Punishment for high treason
47. (1) Every one who commits high treason is guilty of an indictable offence and shall be sentenced to imprisonment for life.
Punishment for treason
(2) Every one who commits treason is guilty of an indictable offence and liable
(a) to be sentenced to imprisonment for life if he is guilty of an offence under paragraph 46(2)(a), (c) or (d);
(b) to be sentenced to imprisonment for life if he is guilty of an offence under paragraph 46(2)(b) or (e) committed while a state of war exists between Canada and another country; or
(c) to be sentenced to imprisonment for a term not exceeding fourteen years if he is guilty of an offence under paragraph 46(2)(b) or (e) committed while no state of war exists between Canada and another country.
Corroboration
(3) No person shall be convicted of high treason or treason on the evidence of only one witness, unless the evidence of that witness is corroborated in a material particular by evidence that implicates the accused.
Minimum punishment
(4) For the purposes of Part XXIII, the sentence of imprisonment for life prescribed by subsection (1) is a minimum punishment.
R.S., c. C-34, s. 47; 1974-75-76, c. 105, s. 2.
Limitation
48. (1) No proceedings for an offence of treason as defined by paragraph 46(2)(a) shall be commenced more than three years after the time when the offence is alleged to have been committed.
Information for treasonable words
(2) No proceedings shall be commenced under section 47 in respect of an overt act of treason expressed or declared by open and considered speech unless
(a) an information setting out the overt act and the words by which it was expressed or declared is laid under oath before a justice within six days after the time when the words are alleged to have been spoken; and
(b) a warrant for the arrest of the accused is issued within ten days after the time when the information is laid.
CCC S.59 on sedition:
Seditious words
59. (1) Seditious words are words that express a seditious intention.
Seditious libel
(2) A seditious libel is a libel that expresses a seditious intention.
Seditious conspiracy
(3) A seditious conspiracy is an agreement between two or more persons to carry out a seditious intention.
Seditious intention
(4) Without limiting the generality of the meaning of the expression “seditious intention”, every one shall be presumed to have a seditious intention who
(a) teaches or advocates, or
(b) publishes or circulates any writing that advocates,
the use, without the authority of law, of force as a means of accomplishing a governmental change within Canada.
R.S., c.

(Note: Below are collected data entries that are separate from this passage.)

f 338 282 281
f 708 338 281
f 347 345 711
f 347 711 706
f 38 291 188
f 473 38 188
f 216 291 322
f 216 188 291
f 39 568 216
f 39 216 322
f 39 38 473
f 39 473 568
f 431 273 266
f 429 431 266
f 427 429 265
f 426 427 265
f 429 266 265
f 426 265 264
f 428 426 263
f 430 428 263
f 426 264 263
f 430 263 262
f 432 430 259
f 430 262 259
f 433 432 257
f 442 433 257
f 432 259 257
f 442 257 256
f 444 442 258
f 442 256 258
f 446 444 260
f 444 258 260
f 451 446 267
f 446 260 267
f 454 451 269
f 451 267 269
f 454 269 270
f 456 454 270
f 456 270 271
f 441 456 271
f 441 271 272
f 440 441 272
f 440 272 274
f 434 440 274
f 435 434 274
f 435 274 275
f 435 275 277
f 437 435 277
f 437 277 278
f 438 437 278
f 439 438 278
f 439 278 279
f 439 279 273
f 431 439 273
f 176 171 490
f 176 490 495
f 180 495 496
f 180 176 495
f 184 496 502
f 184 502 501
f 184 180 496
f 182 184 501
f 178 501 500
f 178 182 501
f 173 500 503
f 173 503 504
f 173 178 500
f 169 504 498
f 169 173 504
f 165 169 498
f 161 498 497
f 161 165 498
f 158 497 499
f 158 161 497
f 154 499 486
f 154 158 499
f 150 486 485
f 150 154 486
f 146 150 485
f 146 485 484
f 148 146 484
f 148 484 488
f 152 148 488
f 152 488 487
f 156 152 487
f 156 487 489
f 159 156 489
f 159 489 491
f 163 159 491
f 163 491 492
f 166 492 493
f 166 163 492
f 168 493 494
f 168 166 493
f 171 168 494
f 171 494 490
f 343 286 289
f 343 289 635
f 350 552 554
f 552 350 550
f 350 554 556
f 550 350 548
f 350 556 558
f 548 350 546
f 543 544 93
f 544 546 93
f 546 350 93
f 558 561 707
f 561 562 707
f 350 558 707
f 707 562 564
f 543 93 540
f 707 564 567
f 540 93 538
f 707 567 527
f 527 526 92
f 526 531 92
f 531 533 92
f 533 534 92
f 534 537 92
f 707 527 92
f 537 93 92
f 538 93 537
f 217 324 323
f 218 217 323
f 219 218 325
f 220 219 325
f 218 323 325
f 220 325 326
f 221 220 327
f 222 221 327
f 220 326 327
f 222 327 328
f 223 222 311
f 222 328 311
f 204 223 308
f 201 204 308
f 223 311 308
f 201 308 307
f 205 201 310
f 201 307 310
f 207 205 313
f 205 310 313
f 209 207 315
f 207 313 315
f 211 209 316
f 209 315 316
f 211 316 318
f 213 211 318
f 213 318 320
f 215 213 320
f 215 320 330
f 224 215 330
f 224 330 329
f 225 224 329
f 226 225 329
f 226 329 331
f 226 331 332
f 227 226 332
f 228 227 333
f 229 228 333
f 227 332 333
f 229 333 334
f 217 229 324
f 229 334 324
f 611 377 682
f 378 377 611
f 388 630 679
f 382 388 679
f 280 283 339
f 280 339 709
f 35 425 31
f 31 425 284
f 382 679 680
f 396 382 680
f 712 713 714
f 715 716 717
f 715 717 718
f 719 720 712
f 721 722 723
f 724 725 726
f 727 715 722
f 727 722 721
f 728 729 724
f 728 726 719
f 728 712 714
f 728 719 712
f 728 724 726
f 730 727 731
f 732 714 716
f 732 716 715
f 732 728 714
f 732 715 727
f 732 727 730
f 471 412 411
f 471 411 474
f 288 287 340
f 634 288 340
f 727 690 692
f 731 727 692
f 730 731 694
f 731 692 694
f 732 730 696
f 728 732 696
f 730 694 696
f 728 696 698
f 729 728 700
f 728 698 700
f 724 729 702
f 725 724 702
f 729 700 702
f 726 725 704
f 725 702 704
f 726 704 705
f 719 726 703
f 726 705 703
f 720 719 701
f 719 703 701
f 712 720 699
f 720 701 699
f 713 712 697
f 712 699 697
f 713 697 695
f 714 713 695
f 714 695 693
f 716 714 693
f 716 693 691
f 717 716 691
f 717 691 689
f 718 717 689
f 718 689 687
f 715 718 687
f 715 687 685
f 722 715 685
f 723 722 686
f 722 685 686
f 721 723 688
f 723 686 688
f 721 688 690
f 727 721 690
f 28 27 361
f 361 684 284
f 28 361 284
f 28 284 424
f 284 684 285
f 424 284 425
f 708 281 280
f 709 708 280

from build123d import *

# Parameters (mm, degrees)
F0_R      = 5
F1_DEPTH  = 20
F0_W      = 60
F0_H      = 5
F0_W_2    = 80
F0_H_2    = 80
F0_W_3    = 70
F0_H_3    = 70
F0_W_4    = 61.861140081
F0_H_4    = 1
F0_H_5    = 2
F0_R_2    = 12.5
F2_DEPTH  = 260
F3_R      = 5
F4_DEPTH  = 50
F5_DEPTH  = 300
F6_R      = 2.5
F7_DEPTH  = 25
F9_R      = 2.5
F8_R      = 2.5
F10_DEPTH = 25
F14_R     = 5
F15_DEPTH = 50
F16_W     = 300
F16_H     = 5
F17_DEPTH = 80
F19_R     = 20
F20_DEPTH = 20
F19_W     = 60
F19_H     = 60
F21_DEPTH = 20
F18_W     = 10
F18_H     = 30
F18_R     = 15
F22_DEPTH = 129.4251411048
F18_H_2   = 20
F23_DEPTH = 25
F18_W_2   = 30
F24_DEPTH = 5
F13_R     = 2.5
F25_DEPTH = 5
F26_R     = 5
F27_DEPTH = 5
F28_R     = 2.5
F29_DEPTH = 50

C-34, s. 60.
Exception
60. Notwithstanding subsection 59(4), no person shall be deemed to have a seditious intention by reason only that he intends, in good faith,
(a) to show that Her Majesty has been misled or mistaken in her measures;
(b) to point out errors or defects in
(i) the government or constitution of Canada or a province,
(ii) Parliament or the legislature of a province, or
(iii) the administration of justice in Canada;
(c) to procure, by lawful means, the alteration of any matter of government in Canada; or
(d) to point out, for the purpose of removal, matters that produce or tend to produce feelings of hostility and ill-will between different classes of persons in Canada.
R.S., c. C-34, s. 61.
Punishment of seditious offences
61. Every one who
(a) speaks seditious words,
(b) publishes a seditious libel, or
(c) is a party to a seditious conspiracy,
is guilty of an indictable offence and liable to imprisonment for a term not exceeding fourteen years.
R.S., c. C-34, s. 62.
Offences in relation to military forces
62. (1) Every one who wilfully
(a) interferes with, impairs or influences the loyalty or discipline of a member of a force,
(b) publishes, edits, issues, circulates or distributes a writing that advises, counsels or urges insubordination, disloyalty, mutiny or refusal of duty by a member of a force, or
(c) advises, counsels, urges or in any manner causes insubordination, disloyalty, mutiny or refusal of duty by a member of a force,
is guilty of an indictable offence and liable to imprisonment for a term not exceeding five years.
Definition of “member of a force”
(2) In this section, “member of a force” means a member of
(a) the Canadian Forces; or
(b) the naval, army or air forces of a state other than Canada that are lawfully present in Canada.